Abundant Living Vol. XVI, Issue 33

“Be careful to do what is right in the eyes of everybody.”  – Romans 12:17 

If you have spent enough time in the corporate world as I have, it is highly likely you have observed that people tend to fall into one of four categories:  (1) those with low competence and low character, (2) those with low competence but high character, (3) those with high competence and high character, or (4) those with high competence but low character.

Those in the first category, you would probably agree, are people we simply do not want to have around, and they are usually not for very long.  The second category are those we would love to keep around if only we can help them improve their skills.  The third category, of course, is the cream-of-the-crop group, people who we can count on to do a great job, be fair and honest, and keep their word.  Then there is that fourth category, the one that presents the greatest challenge.  These are the people who are competent – sometimes extraordinarily so – but of questionable ethical or moral character.  It is my experience that this category is the one that most often gets corporate America in trouble by overlooking their poor character in favor of their performance or expertise.

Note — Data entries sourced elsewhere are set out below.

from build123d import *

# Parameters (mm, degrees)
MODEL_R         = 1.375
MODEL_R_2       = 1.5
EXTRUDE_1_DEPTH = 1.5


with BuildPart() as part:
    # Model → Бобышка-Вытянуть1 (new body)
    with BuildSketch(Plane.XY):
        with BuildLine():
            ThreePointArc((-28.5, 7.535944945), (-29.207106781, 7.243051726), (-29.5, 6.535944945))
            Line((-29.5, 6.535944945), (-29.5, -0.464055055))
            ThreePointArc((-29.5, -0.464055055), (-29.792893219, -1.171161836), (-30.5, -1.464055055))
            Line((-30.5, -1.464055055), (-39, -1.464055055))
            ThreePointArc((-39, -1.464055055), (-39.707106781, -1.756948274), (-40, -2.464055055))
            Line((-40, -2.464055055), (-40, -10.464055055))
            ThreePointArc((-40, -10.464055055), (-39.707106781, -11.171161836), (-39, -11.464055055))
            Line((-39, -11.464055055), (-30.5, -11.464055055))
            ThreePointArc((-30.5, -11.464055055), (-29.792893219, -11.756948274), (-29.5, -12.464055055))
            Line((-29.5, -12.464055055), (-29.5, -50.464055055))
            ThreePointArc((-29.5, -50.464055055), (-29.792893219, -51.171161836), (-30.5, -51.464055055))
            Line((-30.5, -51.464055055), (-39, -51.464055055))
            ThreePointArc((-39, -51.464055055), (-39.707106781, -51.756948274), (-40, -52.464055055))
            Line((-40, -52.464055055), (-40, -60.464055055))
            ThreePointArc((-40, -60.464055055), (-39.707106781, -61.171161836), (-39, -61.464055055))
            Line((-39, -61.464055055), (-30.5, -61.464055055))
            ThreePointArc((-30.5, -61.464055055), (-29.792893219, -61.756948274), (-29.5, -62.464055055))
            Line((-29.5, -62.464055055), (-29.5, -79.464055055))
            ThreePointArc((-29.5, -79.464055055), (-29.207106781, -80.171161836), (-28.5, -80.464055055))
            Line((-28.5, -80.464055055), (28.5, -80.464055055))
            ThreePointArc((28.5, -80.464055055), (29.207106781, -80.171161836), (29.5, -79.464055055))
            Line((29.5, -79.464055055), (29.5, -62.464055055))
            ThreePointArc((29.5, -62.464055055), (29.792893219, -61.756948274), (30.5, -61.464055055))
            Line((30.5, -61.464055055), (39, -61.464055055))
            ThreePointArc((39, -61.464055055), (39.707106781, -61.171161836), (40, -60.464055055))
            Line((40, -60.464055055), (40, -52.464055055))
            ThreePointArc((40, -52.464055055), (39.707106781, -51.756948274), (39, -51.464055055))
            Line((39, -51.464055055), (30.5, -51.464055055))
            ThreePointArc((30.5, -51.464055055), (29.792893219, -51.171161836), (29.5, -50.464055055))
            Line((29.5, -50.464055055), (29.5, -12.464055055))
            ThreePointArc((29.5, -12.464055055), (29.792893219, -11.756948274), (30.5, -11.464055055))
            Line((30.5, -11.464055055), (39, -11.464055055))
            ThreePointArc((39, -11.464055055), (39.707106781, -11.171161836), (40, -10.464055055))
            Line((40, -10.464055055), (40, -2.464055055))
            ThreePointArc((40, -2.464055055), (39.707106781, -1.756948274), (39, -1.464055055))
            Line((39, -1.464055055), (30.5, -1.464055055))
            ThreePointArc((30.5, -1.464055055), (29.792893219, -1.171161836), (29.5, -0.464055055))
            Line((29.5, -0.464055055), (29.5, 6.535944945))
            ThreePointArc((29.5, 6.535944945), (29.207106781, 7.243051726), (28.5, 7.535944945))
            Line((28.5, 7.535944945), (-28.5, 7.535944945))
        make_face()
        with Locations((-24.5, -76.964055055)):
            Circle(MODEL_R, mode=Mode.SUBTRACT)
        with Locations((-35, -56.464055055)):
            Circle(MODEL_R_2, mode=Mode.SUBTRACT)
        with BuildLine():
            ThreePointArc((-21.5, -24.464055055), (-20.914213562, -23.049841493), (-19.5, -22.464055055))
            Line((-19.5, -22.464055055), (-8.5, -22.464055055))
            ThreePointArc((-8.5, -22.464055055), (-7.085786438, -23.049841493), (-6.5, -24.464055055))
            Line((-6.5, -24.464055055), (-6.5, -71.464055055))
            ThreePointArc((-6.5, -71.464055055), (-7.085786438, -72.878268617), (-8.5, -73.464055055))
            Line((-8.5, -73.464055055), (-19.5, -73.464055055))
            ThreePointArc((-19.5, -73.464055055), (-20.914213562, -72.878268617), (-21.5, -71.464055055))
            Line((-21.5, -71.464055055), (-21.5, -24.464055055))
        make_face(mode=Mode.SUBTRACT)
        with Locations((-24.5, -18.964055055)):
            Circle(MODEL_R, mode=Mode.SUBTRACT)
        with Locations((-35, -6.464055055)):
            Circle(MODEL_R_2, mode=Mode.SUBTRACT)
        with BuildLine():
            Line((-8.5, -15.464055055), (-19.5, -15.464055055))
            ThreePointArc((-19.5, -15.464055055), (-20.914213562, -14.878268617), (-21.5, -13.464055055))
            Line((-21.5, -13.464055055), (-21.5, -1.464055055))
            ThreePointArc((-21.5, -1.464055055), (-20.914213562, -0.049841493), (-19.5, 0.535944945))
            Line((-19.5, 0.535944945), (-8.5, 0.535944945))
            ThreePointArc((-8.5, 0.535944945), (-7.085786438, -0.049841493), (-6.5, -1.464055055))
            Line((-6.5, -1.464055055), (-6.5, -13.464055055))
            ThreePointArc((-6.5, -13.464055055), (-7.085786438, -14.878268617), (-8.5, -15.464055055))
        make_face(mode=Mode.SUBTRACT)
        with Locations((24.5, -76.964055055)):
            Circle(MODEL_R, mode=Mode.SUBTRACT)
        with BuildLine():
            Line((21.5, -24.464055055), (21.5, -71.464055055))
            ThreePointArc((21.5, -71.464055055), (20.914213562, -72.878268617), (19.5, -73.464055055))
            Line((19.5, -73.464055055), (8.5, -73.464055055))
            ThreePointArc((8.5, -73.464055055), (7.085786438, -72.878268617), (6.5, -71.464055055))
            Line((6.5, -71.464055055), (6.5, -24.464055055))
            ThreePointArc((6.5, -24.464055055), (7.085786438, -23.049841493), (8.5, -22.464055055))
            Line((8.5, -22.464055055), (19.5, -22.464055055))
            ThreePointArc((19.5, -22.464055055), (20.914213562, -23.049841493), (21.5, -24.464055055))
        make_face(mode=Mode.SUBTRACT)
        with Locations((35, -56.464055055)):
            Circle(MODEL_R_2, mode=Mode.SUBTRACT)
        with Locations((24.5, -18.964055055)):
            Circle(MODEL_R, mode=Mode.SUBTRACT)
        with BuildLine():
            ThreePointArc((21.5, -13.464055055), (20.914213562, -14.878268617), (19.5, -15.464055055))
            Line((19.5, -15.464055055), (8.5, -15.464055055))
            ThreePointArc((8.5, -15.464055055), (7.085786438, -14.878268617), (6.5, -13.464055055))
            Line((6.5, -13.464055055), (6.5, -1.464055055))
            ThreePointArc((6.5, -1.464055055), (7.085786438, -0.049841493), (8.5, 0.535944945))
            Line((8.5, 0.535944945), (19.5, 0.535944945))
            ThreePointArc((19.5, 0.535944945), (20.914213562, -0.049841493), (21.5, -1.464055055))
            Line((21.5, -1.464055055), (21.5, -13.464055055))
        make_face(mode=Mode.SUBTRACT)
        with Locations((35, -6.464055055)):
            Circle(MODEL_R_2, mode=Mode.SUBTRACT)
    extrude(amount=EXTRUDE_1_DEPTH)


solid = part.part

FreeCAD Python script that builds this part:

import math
import FreeCAD as App
import Part
import Sketcher
from FreeCAD import Vector
Q = App.Units.Quantity

doc = App.newDocument("Part")
body = doc.addObject("PartDesign::Body", "Body")

# Sketch on XY plane
sketch1 = body.newObject("Sketcher::SketchObject", "Sketch")
sketch1.AttachmentSupport = (doc.getObject("XY_Plane"), [""])
sketch1.MapMode = "FlatFace"
sketch1.addGeometry([
    Part.ArcOfCircle(Part.Circle(Vector(-28.5, 6.535945, 0), Vector(0, 0, 1), 1), math.radians(90), math.radians(180)),  # 0
    Part.LineSegment(Vector(-29.5, 6.535945, 0), Vector(-29.5, -0.464055, 0)),  # 1
    Part.ArcOfCircle(Part.Circle(Vector(-30.5, -0.464055, 0), Vector(0, 0, 1), 1), math.radians(-90), math.radians(0)),  # 2
    Part.LineSegment(Vector(-30.5, -1.464055, 0), Vector(-39, -1.464055, 0)),  # 3
    Part.ArcOfCircle(Part.Circle(Vector(-39, -2.464055, 0), Vector(0, 0, 1), 1), math.radians(90), math.radians(180)),  # 4
    Part.LineSegment(Vector(-40, -2.464055, 0), Vector(-40, -10.464055, 0)),  # 5
    Part.ArcOfCircle(Part.Circle(Vector(-39, -10.464055, 0), Vector(0, 0, 1), 1), math.radians(-180), math.radians(-90)),  # 6
    Part.LineSegment(Vector(-39, -11.464055, 0), Vector(-30.5, -11.464055, 0)),  # 7
    Part.ArcOfCircle(Part.Circle(Vector(-30.5, -12.464055, 0), Vector(0, 0, 1), 1), math.radians(0), math.radians(90)),  # 8
    Part.LineSegment(Vector(-29.5, -12.464055, 0), Vector(-29.5, -50.464055, 0)),  # 9
    Part.ArcOfCircle(Part.Circle(Vector(-30.5, -50.464055, 0), Vector(0, 0, 1), 1), math.radians(-90), math.radians(0)),  # 10
    Part.LineSegment(Vector(-30.5, -51.464055, 0), Vector(-39, -51.464055, 0)),  # 11
    Part.ArcOfCircle(Part.Circle(Vector(-39, -52.464055, 0), Vector(0, 0, 1), 1), math.radians(90), math.radians(180)),  # 12
    Part.LineSegment(Vector(-40, -52.464055, 0), Vector(-40, -60.464055, 0)),  # 13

My corporate experience was no different.  Once I hired a salesperson to work alongside our bond trading operation.  He was a man with a strong reputation in both competence and character.  But after he was on board, we discovered some of his top accounts were already assigned to another salesperson in another office.  That salesperson, too, was a high performer, but had always been of dubious character, a category four.  The bigger problem was that he had strong “connections” in the executive suite of our firm making the matter a political issue in which I was caught in the middle.  If I fought too hard for the man I had hired, thus against the other guy, I could lose my job, which I could not afford to do.  On the other hand, yielding to the political power would be a violation of my principles, thus compromising my character, which I refused to do.

It took many sleepless nights before I was able to negotiate my way through that predicament, which I was eventually able to do to the satisfaction of both parties – and the powers-that-be.  The solution all along, it seems, rested in the wisdom of the Apostle Paul who said: “Be careful to do what is right in the eyes of everybody.”